Assuming for the moment that such a situation does exist, then the question becomes, How does one help extinguish such addictive conditional reactions once they have become established? Since the conditional reactions are occurring at the autonomic and perhaps cellular level and therefore are out of the person's conscious awareness, then exclusively conscious attempts to control such reactions are not likely to meet with success. The control or extinction of such reactions will have to involve extinction that is also not entirely in one's consciousness.

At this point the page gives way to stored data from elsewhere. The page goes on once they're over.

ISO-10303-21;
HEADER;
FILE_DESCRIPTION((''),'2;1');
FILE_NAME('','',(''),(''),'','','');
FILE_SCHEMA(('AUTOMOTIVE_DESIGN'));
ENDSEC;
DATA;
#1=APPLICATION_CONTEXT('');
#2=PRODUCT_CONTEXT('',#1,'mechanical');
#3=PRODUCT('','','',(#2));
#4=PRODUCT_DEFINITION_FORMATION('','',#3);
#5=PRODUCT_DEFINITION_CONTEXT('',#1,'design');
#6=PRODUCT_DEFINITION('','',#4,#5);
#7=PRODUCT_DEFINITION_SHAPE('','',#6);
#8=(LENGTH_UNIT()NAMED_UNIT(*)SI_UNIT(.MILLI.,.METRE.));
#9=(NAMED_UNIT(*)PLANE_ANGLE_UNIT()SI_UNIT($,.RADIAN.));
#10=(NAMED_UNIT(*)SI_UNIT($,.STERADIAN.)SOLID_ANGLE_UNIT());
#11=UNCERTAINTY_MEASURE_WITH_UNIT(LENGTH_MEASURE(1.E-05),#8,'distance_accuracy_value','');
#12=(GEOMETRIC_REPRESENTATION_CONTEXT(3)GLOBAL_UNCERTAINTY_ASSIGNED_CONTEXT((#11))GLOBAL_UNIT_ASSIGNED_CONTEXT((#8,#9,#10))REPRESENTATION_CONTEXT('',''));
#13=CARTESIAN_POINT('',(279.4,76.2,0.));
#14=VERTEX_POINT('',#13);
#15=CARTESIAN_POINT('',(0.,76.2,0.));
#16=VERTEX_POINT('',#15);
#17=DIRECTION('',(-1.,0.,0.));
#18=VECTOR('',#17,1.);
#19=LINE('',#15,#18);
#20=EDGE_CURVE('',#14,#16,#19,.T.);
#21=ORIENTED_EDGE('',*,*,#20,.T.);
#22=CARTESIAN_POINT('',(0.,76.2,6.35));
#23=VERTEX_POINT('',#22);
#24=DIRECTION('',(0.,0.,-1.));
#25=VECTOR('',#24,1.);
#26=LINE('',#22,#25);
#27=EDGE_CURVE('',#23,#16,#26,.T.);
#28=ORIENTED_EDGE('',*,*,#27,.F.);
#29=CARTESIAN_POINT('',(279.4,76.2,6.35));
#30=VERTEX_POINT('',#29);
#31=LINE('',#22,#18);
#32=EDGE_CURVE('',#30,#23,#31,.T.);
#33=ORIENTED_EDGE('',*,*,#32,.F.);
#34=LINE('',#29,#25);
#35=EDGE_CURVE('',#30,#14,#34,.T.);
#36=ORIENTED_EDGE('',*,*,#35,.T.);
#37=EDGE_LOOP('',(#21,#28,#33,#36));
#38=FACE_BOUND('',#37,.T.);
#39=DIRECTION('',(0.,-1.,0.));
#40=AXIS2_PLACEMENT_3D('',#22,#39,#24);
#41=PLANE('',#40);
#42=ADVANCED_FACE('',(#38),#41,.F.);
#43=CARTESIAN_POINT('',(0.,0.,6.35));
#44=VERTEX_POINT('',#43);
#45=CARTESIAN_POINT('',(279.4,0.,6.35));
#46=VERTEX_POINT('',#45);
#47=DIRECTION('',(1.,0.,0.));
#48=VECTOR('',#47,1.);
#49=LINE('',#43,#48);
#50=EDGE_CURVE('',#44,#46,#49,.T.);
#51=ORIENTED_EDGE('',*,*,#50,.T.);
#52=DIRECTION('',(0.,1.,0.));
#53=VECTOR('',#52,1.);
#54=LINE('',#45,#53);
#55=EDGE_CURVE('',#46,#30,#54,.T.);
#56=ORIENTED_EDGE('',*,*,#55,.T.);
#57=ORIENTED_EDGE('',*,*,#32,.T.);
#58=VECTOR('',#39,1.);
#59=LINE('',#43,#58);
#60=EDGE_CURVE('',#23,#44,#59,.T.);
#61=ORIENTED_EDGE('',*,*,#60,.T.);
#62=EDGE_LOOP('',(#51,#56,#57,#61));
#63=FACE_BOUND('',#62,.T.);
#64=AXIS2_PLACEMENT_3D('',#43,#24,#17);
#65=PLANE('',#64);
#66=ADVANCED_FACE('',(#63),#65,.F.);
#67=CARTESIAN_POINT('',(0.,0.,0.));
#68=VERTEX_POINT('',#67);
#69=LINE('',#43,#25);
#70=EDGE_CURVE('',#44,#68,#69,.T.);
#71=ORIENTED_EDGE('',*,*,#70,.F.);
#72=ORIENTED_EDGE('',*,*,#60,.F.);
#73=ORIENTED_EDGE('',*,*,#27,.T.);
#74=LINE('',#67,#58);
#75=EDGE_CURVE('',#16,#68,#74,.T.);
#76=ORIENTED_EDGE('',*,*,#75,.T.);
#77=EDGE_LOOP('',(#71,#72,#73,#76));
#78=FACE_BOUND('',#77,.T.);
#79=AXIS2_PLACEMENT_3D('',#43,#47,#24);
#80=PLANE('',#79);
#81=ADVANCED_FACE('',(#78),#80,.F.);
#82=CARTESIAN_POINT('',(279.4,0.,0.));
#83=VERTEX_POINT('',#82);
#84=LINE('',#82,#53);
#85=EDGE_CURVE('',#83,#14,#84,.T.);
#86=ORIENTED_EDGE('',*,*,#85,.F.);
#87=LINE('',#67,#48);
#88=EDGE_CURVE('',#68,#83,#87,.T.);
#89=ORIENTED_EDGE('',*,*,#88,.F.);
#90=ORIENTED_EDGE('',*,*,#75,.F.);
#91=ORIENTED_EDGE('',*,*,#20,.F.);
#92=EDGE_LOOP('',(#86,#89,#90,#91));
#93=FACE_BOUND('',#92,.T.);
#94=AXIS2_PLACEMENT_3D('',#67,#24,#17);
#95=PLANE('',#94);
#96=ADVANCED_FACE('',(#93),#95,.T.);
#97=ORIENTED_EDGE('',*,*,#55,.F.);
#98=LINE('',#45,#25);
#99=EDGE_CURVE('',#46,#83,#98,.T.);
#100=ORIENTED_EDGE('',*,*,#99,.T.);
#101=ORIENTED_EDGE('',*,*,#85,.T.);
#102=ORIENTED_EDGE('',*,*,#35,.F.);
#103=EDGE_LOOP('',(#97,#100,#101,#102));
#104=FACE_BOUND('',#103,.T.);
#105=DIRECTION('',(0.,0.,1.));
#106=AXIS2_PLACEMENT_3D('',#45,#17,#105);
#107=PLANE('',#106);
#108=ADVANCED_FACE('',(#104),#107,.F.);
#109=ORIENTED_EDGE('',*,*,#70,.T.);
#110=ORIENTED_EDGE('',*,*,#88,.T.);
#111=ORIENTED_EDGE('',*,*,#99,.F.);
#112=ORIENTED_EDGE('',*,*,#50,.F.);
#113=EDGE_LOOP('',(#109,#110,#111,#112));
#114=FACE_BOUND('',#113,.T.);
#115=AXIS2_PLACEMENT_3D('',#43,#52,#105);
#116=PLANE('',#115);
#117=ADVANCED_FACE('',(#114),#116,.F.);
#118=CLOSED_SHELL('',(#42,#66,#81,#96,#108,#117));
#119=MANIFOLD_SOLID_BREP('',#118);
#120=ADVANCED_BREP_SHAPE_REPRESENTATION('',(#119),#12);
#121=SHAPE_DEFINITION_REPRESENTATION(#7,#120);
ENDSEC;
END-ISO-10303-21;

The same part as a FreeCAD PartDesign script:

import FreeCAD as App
import Part
import Sketcher
from FreeCAD import Vector
Q = App.Units.Quantity

doc = App.newDocument("Part")
params = doc.addObject("Spreadsheet::Sheet", "Params")
for row, (alias, value) in enumerate([
    ("sketch1_width", "11 in"),
    ("sketch1_height", "3 in"),
    ("pad1_length", "0.25 in"),
], start=1):
    params.set(f"A{row}", alias)
    params.set(f"B{row}", "=" + value)
    params.setAlias(f"B{row}", alias)

body = doc.addObject("PartDesign::Body", "Body")

# Sketch on XY plane
sketch1 = body.newObject("Sketcher::SketchObject", "Sketch")
sketch1.AttachmentSupport = (doc.getObject("XY_Plane"), [""])
sketch1.MapMode = "FlatFace"
sketch1.addGeometry([
    Part.LineSegment(Vector(0, 76.2, 0), Vector(0, 0, 0)),
    Part.LineSegment(Vector(0, 0, 0), Vector(279.4, 0, 0)),
    Part.LineSegment(Vector(279.4, 0, 0), Vector(279.4, 76.2, 0)),
    Part.LineSegment(Vector(279.4, 76.2, 0), Vector(0, 76.2, 0)),
], False)
sketch1.addConstraint([
    Sketcher.Constraint("Coincident", 0, 2, 1, 1),
    Sketcher.Constraint("Coincident", 1, 2, 2, 1),
    Sketcher.Constraint("Coincident", 2, 2, 3, 1),
    Sketcher.Constraint("Coincident", 3, 2, 0, 1),
    Sketcher.Constraint("Vertical", 0),
    Sketcher.Constraint("Horizontal", 1),
    Sketcher.Constraint("Vertical", 2),
    Sketcher.Constraint("Horizontal", 3),
    Sketcher.Constraint("Coincident", 0, 2, -1, 1),
    Sketcher.Constraint("DistanceX", 1, 1, 1, 2, Q("11 in")),
    Sketcher.Constraint("DistanceY", 0, 2, 0, 1, Q("3 in")),
])
sketch1.setExpression("Constraints[9]", "Params.sketch1_width")
sketch1.setExpression("Constraints[10]", "Params.sketch1_height")
pad1 = body.newObject("PartDesign::Pad", "Pad")
pad1.Profile = sketch1
pad1.setExpression("Length", "Params.pad1_length")

doc.recompute()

4.3.4 Multi-dimensional response classes

A conditioned response does not occur in only a single location. Variability in response location seems inevitable and has been considered important enough to warrant advances in automated techniques that quantify this aspect of behavior in great detail. For example, a response-reinforcer contingency generates more than the response topography necessary for reinforcer delivery. A given response is rarely repeated with the exact same force, duration and location. Yet, the typical key peck or lever press is treated as if the same response is repeated over and over as when we speak of rate of responding. The apparent inconsistency here stems from the fact that the repeated responses have several elements in common such as striking a key, yet differ in some other properties such as location or duration. The response class is defined by some of the common elements, usually consequences such as activating a certain detection device. Studying only one kind of element of the response may lead to conclusions that do not pertain to other elements. The variability in response location portrayed above provides visual aids to an understanding of the difference between descriptive and functional operants (cf. Section 4.1). Consider the data in Fig. 6 from Hori and Watanabe's (1987) experiment. The peck-food contingency generated pecks not only within but also outside the target area. These pecks were never reinforced, yet persisted. The class of functional operants thus encompasses not only pecks to the target area but also pecks outside. In addition, other elements of pecking, such as duration or force, may be functionally related to the peck-food contingency and would similarly be part of the functional operant. Thus, the operant response has many dimensions only few of which are studied customarily. The technology seems to be available for mapping of response classes and a conceptual step forward from the operant as being a one-dimensional response class to the operant as a set of response classes or a multi-dimensional response class.